What to do:
Make a word-for-word copy of the entries below from their first line through the line with "line L6 (29.1378, 0)", and add nothing.

───── Stored data ─────

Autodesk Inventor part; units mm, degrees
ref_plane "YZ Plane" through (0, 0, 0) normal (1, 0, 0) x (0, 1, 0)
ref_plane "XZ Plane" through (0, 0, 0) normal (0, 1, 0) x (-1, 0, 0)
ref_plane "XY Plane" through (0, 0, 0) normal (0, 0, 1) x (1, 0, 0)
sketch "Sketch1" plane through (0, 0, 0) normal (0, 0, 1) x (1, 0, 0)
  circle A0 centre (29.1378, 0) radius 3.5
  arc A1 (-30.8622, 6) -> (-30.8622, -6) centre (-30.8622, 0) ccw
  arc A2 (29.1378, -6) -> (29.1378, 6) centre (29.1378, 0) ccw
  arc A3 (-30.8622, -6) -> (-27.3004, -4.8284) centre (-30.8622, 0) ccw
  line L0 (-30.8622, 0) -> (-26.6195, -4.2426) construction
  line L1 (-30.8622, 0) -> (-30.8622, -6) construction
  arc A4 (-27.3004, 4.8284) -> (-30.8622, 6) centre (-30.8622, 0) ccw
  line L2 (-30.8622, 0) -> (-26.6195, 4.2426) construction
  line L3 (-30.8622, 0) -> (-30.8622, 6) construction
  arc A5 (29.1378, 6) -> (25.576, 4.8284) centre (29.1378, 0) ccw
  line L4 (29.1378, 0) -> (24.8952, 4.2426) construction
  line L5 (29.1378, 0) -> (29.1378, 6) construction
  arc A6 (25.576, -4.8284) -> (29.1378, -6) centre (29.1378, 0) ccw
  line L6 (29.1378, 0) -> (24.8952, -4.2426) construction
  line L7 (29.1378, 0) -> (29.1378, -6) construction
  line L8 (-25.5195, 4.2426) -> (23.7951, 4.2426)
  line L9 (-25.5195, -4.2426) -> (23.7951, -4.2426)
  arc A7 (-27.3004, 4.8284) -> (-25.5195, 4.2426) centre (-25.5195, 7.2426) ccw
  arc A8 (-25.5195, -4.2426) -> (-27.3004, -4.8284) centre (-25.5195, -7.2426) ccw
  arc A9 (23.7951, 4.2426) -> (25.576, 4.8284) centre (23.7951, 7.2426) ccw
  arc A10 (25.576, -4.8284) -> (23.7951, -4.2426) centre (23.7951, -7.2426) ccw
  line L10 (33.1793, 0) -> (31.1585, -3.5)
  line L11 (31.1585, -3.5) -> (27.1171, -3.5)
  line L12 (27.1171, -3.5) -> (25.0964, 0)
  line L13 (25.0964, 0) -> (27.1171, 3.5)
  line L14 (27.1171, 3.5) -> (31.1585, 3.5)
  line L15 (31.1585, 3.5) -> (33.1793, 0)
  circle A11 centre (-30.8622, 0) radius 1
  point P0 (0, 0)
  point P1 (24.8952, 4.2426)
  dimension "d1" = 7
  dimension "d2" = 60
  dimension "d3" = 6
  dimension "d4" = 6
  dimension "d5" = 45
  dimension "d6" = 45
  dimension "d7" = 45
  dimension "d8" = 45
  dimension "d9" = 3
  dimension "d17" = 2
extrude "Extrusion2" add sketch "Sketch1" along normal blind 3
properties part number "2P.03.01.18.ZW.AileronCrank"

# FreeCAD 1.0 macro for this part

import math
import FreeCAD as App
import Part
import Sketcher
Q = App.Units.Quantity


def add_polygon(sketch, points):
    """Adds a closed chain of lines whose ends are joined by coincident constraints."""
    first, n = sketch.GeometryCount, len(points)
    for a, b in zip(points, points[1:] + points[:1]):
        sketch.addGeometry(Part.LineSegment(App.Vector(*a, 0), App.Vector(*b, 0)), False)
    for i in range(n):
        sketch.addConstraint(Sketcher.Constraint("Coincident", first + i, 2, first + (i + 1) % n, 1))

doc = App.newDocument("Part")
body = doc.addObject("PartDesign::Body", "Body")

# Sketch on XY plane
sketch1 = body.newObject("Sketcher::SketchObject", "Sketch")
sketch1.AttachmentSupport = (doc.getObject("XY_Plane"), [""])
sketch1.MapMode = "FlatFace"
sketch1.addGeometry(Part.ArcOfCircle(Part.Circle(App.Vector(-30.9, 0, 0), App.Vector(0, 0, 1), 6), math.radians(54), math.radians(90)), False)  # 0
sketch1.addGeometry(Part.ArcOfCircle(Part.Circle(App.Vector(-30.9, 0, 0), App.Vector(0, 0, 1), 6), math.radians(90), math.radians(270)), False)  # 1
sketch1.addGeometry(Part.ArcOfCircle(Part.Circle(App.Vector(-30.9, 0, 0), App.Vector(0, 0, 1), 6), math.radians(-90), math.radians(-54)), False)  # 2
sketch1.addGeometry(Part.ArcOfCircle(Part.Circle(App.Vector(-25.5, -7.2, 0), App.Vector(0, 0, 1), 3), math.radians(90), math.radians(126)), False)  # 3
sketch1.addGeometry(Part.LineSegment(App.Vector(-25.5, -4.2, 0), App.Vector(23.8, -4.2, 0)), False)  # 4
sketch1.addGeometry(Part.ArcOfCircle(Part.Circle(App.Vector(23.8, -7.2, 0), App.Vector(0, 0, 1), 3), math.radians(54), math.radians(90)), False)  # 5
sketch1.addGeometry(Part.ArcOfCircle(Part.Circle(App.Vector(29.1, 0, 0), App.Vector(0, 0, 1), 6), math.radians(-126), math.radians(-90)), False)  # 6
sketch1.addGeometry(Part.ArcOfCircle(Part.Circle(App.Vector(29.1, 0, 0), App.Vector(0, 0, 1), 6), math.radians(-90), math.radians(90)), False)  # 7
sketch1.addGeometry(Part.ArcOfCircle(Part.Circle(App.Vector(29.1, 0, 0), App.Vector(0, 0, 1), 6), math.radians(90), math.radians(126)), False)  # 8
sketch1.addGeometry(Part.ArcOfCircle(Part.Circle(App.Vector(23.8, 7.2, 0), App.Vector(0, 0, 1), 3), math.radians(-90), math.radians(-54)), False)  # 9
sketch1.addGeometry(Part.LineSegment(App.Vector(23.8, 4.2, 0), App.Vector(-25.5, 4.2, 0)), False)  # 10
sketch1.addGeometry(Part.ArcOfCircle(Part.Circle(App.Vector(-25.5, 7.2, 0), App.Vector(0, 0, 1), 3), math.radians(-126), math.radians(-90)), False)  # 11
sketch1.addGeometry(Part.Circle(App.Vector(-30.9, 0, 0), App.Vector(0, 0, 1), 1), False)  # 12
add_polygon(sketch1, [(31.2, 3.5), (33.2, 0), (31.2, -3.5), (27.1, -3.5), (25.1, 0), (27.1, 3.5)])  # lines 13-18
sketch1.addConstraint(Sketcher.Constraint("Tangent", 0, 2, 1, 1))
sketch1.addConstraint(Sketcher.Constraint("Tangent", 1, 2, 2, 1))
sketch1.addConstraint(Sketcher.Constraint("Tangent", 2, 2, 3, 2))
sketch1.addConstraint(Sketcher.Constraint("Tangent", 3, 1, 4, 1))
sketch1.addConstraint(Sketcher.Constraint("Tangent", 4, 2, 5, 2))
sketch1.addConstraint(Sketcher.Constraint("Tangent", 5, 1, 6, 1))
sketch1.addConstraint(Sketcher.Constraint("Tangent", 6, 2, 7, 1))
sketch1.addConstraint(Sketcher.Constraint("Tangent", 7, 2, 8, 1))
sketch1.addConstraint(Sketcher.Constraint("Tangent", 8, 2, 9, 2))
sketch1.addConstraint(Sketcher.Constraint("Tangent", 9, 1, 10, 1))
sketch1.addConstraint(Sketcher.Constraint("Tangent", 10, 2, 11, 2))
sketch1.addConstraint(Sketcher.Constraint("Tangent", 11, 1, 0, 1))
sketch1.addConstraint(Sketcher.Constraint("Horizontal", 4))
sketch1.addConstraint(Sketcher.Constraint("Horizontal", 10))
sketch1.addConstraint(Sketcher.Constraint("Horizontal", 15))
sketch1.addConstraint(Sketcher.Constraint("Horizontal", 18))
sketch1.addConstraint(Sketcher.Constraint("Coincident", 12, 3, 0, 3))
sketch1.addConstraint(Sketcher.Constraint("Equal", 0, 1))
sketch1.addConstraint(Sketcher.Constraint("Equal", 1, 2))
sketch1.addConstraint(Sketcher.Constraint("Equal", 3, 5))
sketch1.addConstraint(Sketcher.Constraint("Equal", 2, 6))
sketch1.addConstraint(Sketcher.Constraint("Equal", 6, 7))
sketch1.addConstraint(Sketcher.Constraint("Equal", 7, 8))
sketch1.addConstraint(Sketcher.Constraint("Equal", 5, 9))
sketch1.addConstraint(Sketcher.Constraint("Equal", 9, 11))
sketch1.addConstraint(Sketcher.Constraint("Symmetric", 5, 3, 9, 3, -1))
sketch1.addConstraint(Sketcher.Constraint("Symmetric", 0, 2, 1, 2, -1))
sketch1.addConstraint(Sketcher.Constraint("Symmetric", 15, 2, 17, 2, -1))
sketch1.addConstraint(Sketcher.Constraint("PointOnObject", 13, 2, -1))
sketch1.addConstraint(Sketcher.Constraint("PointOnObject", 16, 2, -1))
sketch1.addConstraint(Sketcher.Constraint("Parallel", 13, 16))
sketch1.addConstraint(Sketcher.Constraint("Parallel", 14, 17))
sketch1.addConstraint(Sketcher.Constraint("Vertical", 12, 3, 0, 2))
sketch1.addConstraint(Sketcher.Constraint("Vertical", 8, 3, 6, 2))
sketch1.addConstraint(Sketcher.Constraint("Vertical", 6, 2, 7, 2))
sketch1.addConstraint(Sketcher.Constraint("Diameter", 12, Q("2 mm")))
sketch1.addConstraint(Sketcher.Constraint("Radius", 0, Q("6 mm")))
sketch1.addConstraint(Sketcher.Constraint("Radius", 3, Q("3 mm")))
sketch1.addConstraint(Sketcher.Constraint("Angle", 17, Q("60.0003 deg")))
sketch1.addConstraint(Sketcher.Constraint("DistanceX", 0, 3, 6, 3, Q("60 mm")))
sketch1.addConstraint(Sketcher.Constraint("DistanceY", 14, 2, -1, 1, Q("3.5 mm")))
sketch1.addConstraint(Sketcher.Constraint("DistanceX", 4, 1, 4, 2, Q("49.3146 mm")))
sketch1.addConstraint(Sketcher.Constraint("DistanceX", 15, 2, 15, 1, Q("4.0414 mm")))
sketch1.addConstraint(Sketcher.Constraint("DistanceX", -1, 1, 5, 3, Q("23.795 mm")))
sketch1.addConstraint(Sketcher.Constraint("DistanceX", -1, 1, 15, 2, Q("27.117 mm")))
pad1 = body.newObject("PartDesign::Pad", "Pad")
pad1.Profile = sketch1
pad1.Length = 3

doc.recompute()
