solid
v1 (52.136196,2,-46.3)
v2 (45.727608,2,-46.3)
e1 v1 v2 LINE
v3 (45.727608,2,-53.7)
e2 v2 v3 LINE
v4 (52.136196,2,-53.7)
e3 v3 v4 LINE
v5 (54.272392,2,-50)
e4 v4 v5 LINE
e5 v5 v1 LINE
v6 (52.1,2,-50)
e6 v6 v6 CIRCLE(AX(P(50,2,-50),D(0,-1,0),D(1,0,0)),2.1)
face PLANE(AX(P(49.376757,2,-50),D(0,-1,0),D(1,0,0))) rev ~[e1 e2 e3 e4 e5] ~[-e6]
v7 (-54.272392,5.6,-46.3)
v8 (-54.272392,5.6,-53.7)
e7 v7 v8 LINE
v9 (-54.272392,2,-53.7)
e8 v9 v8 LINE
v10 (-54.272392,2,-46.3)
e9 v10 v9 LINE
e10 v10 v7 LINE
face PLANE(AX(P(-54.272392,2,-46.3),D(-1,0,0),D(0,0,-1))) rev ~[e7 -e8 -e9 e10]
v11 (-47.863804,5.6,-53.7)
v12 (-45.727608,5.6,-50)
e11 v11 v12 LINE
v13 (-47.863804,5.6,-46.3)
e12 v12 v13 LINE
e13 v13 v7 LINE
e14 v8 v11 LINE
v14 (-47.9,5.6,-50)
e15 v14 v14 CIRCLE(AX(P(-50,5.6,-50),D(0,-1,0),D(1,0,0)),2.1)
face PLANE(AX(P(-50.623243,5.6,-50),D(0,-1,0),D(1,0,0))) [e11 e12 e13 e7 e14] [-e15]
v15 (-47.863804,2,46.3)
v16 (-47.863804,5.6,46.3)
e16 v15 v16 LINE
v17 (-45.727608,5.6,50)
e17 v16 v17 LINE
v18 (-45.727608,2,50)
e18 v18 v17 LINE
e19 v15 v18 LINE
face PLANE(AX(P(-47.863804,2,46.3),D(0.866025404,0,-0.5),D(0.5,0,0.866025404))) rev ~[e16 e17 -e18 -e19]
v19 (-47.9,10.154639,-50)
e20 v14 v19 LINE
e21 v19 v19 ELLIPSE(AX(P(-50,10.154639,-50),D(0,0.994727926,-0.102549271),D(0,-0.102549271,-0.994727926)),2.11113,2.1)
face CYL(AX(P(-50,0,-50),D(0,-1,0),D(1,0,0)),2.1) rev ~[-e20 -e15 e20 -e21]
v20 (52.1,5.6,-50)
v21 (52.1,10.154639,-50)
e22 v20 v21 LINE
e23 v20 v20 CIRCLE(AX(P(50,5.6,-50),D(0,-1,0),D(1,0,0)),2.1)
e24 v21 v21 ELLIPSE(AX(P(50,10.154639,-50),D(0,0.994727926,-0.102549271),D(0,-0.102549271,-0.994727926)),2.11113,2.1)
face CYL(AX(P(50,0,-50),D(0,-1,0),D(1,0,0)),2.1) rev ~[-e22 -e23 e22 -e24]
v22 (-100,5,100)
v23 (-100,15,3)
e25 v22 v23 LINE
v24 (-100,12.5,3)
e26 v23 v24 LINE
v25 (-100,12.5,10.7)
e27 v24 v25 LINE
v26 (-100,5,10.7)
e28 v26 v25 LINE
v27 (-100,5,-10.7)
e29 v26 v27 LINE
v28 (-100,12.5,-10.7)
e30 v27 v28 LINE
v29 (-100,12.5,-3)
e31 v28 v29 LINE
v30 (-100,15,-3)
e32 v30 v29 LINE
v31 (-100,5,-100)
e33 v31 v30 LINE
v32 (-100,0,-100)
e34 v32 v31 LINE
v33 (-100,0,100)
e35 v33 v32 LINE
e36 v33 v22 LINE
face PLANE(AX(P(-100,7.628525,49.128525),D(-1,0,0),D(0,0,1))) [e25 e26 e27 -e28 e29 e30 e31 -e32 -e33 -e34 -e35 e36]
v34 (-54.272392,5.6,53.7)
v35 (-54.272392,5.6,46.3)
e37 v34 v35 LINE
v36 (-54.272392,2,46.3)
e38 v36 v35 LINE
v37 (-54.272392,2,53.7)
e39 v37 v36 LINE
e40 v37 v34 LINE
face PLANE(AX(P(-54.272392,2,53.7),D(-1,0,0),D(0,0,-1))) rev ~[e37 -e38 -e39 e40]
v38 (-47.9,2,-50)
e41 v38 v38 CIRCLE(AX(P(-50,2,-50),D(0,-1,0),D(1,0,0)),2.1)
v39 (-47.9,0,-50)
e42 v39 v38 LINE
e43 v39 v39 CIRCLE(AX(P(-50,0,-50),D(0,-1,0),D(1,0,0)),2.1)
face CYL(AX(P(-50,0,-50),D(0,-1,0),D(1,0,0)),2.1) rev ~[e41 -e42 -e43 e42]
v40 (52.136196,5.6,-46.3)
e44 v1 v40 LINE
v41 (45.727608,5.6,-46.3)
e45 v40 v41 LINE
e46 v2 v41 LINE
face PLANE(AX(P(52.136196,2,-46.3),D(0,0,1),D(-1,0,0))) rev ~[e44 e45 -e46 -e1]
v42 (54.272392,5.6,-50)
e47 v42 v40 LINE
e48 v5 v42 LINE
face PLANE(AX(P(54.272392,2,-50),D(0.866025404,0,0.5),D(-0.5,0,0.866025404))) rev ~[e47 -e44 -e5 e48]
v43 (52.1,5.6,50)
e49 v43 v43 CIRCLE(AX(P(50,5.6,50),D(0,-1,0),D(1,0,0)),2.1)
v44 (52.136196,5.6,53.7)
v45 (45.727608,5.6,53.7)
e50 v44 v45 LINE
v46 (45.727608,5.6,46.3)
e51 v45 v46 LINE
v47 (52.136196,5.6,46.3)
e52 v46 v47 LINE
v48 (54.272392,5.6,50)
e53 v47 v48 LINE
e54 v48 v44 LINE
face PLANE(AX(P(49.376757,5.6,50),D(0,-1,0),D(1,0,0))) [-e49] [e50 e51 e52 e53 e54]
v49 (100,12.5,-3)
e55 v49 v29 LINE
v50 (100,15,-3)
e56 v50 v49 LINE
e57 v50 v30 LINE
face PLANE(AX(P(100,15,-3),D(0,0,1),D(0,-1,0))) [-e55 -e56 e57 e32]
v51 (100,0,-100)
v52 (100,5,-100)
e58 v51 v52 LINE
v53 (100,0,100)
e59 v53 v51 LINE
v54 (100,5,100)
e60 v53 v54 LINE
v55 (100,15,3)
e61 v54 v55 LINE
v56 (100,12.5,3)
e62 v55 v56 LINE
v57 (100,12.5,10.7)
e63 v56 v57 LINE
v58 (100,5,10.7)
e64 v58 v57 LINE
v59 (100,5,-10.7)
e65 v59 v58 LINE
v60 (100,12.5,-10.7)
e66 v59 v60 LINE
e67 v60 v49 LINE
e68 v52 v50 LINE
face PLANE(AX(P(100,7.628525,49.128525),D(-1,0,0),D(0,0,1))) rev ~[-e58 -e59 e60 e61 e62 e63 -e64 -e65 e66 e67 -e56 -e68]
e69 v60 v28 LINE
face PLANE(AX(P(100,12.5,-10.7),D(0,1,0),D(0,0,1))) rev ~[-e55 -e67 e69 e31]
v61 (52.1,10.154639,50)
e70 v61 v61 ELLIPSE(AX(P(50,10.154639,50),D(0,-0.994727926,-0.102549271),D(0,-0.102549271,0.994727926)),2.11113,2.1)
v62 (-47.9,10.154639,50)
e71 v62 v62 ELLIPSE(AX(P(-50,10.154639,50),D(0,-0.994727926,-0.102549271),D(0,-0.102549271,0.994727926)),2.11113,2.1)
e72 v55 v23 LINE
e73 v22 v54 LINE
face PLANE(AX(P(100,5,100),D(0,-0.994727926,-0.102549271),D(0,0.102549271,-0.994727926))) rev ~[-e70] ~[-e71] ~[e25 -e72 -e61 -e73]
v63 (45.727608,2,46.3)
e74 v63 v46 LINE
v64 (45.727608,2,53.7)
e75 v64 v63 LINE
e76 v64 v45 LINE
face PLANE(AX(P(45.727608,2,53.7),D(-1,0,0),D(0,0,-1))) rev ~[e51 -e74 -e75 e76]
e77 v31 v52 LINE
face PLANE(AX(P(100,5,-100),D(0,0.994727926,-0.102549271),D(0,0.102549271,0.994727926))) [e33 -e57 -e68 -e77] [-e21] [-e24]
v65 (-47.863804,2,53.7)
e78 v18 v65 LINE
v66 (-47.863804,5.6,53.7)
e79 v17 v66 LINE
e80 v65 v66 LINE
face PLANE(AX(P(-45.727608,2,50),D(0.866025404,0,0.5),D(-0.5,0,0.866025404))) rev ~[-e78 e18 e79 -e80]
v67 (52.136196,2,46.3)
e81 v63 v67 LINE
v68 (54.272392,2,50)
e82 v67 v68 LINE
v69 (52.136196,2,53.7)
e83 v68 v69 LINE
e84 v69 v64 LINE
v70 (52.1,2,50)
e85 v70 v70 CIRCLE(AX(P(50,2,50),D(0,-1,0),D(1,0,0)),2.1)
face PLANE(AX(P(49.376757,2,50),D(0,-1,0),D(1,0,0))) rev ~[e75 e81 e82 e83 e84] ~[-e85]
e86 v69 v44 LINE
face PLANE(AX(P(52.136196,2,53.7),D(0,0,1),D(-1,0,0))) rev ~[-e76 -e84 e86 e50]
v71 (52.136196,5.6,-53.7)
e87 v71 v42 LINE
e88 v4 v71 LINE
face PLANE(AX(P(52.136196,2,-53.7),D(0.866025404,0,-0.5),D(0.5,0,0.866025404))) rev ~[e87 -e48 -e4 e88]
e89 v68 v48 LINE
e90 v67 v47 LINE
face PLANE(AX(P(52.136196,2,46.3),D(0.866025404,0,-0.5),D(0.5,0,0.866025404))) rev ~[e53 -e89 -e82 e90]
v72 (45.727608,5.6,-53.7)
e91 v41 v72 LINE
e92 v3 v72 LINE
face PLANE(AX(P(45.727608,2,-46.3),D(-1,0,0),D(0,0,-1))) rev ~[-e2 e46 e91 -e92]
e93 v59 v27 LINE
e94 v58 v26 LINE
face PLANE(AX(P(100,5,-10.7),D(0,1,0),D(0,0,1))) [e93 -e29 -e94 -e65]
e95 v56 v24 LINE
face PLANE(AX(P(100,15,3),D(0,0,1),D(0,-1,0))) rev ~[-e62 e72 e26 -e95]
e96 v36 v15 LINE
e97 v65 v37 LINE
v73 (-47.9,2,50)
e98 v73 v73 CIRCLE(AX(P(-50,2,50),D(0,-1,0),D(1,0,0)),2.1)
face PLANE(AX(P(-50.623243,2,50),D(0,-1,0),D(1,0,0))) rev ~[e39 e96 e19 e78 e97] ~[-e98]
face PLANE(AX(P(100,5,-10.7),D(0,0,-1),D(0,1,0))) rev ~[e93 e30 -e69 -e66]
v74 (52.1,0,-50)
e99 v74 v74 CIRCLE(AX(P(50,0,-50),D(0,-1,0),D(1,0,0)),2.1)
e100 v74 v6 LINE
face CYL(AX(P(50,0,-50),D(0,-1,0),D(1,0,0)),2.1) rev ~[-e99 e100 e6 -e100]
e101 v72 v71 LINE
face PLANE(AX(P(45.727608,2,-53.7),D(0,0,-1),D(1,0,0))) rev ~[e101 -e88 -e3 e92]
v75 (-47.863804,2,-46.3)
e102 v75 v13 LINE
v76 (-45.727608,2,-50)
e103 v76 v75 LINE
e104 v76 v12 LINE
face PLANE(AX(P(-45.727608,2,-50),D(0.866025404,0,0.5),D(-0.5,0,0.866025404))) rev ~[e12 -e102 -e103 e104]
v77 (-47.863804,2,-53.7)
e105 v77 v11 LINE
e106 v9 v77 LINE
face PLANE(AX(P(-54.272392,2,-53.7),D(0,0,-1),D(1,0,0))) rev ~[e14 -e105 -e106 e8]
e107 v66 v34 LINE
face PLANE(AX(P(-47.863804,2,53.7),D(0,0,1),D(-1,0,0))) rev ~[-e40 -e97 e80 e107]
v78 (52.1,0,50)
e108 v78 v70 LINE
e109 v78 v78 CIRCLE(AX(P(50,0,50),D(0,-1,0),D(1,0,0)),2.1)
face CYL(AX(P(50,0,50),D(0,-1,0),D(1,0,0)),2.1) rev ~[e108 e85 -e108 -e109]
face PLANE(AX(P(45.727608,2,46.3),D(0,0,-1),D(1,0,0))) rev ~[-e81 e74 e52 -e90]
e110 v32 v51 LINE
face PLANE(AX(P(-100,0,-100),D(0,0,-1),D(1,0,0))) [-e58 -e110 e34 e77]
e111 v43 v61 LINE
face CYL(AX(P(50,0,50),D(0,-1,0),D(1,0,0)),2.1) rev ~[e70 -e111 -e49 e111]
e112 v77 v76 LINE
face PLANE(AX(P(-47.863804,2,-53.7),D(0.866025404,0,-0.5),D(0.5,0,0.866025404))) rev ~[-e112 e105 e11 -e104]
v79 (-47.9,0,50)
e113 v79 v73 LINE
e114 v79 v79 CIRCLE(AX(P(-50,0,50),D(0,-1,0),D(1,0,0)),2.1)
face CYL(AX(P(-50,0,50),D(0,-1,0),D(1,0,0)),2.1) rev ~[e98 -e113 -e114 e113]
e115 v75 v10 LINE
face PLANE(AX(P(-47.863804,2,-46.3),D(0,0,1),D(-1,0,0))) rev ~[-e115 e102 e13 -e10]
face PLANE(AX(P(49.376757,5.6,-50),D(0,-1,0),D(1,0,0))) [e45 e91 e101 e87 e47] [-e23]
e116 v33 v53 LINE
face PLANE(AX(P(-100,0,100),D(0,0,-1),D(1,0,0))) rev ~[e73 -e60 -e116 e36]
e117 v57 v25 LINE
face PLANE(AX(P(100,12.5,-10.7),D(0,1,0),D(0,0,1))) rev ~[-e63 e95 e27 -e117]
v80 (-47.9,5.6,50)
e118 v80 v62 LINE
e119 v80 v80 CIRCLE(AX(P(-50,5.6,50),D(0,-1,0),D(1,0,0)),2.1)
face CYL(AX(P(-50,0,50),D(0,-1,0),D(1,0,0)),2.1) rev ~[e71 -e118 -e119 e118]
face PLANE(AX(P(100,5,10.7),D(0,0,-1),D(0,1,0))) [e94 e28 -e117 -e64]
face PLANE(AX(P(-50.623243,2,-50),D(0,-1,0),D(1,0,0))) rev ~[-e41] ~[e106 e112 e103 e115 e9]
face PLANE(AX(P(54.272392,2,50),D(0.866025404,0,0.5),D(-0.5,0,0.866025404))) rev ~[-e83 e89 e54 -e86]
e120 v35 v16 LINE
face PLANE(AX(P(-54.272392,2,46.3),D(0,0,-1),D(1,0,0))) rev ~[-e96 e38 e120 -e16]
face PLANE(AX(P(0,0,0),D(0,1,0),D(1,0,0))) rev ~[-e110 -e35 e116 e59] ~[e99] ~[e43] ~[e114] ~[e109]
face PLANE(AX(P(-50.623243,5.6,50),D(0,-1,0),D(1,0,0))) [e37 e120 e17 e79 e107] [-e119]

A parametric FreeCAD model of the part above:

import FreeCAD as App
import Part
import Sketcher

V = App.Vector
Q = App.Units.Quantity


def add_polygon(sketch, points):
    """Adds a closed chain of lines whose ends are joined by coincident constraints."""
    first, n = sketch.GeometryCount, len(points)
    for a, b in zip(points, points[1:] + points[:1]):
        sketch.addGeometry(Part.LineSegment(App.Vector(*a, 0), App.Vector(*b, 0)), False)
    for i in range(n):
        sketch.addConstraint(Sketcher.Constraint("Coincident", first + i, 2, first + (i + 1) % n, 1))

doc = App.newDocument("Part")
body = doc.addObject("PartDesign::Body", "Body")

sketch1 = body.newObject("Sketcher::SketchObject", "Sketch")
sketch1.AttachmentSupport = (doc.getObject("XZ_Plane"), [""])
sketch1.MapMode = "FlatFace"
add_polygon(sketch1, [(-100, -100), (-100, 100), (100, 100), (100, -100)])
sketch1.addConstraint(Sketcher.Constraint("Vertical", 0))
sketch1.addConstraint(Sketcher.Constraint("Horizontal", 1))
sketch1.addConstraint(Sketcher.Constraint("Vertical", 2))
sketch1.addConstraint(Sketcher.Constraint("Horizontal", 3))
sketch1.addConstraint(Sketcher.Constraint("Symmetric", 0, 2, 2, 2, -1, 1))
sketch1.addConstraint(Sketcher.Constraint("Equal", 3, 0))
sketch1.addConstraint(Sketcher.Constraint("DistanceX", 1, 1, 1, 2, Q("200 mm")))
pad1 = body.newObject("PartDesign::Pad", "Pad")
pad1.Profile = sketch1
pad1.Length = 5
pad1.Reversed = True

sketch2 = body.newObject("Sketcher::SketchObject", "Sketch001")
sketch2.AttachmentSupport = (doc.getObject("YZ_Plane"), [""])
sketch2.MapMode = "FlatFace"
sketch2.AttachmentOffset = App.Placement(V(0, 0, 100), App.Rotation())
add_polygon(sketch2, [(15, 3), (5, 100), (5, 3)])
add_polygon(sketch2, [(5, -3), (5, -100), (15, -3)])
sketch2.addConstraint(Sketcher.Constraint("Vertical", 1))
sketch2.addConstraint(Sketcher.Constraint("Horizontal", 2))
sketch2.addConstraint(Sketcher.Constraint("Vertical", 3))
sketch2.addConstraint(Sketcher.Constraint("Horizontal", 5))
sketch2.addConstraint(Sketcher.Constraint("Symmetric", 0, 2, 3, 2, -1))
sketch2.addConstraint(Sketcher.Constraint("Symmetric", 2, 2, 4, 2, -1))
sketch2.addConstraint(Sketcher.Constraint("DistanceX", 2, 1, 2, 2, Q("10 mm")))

─────

Response for this exercise:
Autodesk Inventor part; units mm, degrees
ref_plane "YZ Plane" through (0, 0, 0) normal (1, 0, 0) x (0, 1, 0)
ref_plane "XZ Plane" through (0, 0, 0) normal (0, 1, 0) x (-1, 0, 0)
ref_plane "XY Plane" through (0, 0, 0) normal (0, 0, 1) x (1, 0, 0)
sketch "Sketch1" plane through (0, 0, 0) normal (0, 0, 1) x (1, 0, 0)
  circle A0 centre (29.1378, 0) radius 3.5
  arc A1 (-30.8622, 6) -> (-30.8622, -6) centre (-30.8622, 0) ccw
  arc A2 (29.1378, -6) -> (29.1378, 6) centre (29.1378, 0) ccw
  arc A3 (-30.8622, -6) -> (-27.3004, -4.8284) centre (-30.8622, 0) ccw
  line L0 (-30.8622, 0) -> (-26.6195, -4.2426) construction
  line L1 (-30.8622, 0) -> (-30.8622, -6) construction
  arc A4 (-27.3004, 4.8284) -> (-30.8622, 6) centre (-30.8622, 0) ccw
  line L2 (-30.8622, 0) -> (-26.6195, 4.2426) construction
  line L3 (-30.8622, 0) -> (-30.8622, 6) construction
  arc A5 (29.1378, 6) -> (25.576, 4.8284) centre (29.1378, 0) ccw
  line L4 (29.1378, 0) -> (24.8952, 4.2426) construction
  line L5 (29.1378, 0) -> (29.1378, 6) construction
  arc A6 (25.576, -4.8284) -> (29.1378, -6) centre (29.1378, 0) ccw
  line L6 (29.1378, 0) -> (24.8952, -4.2426) construction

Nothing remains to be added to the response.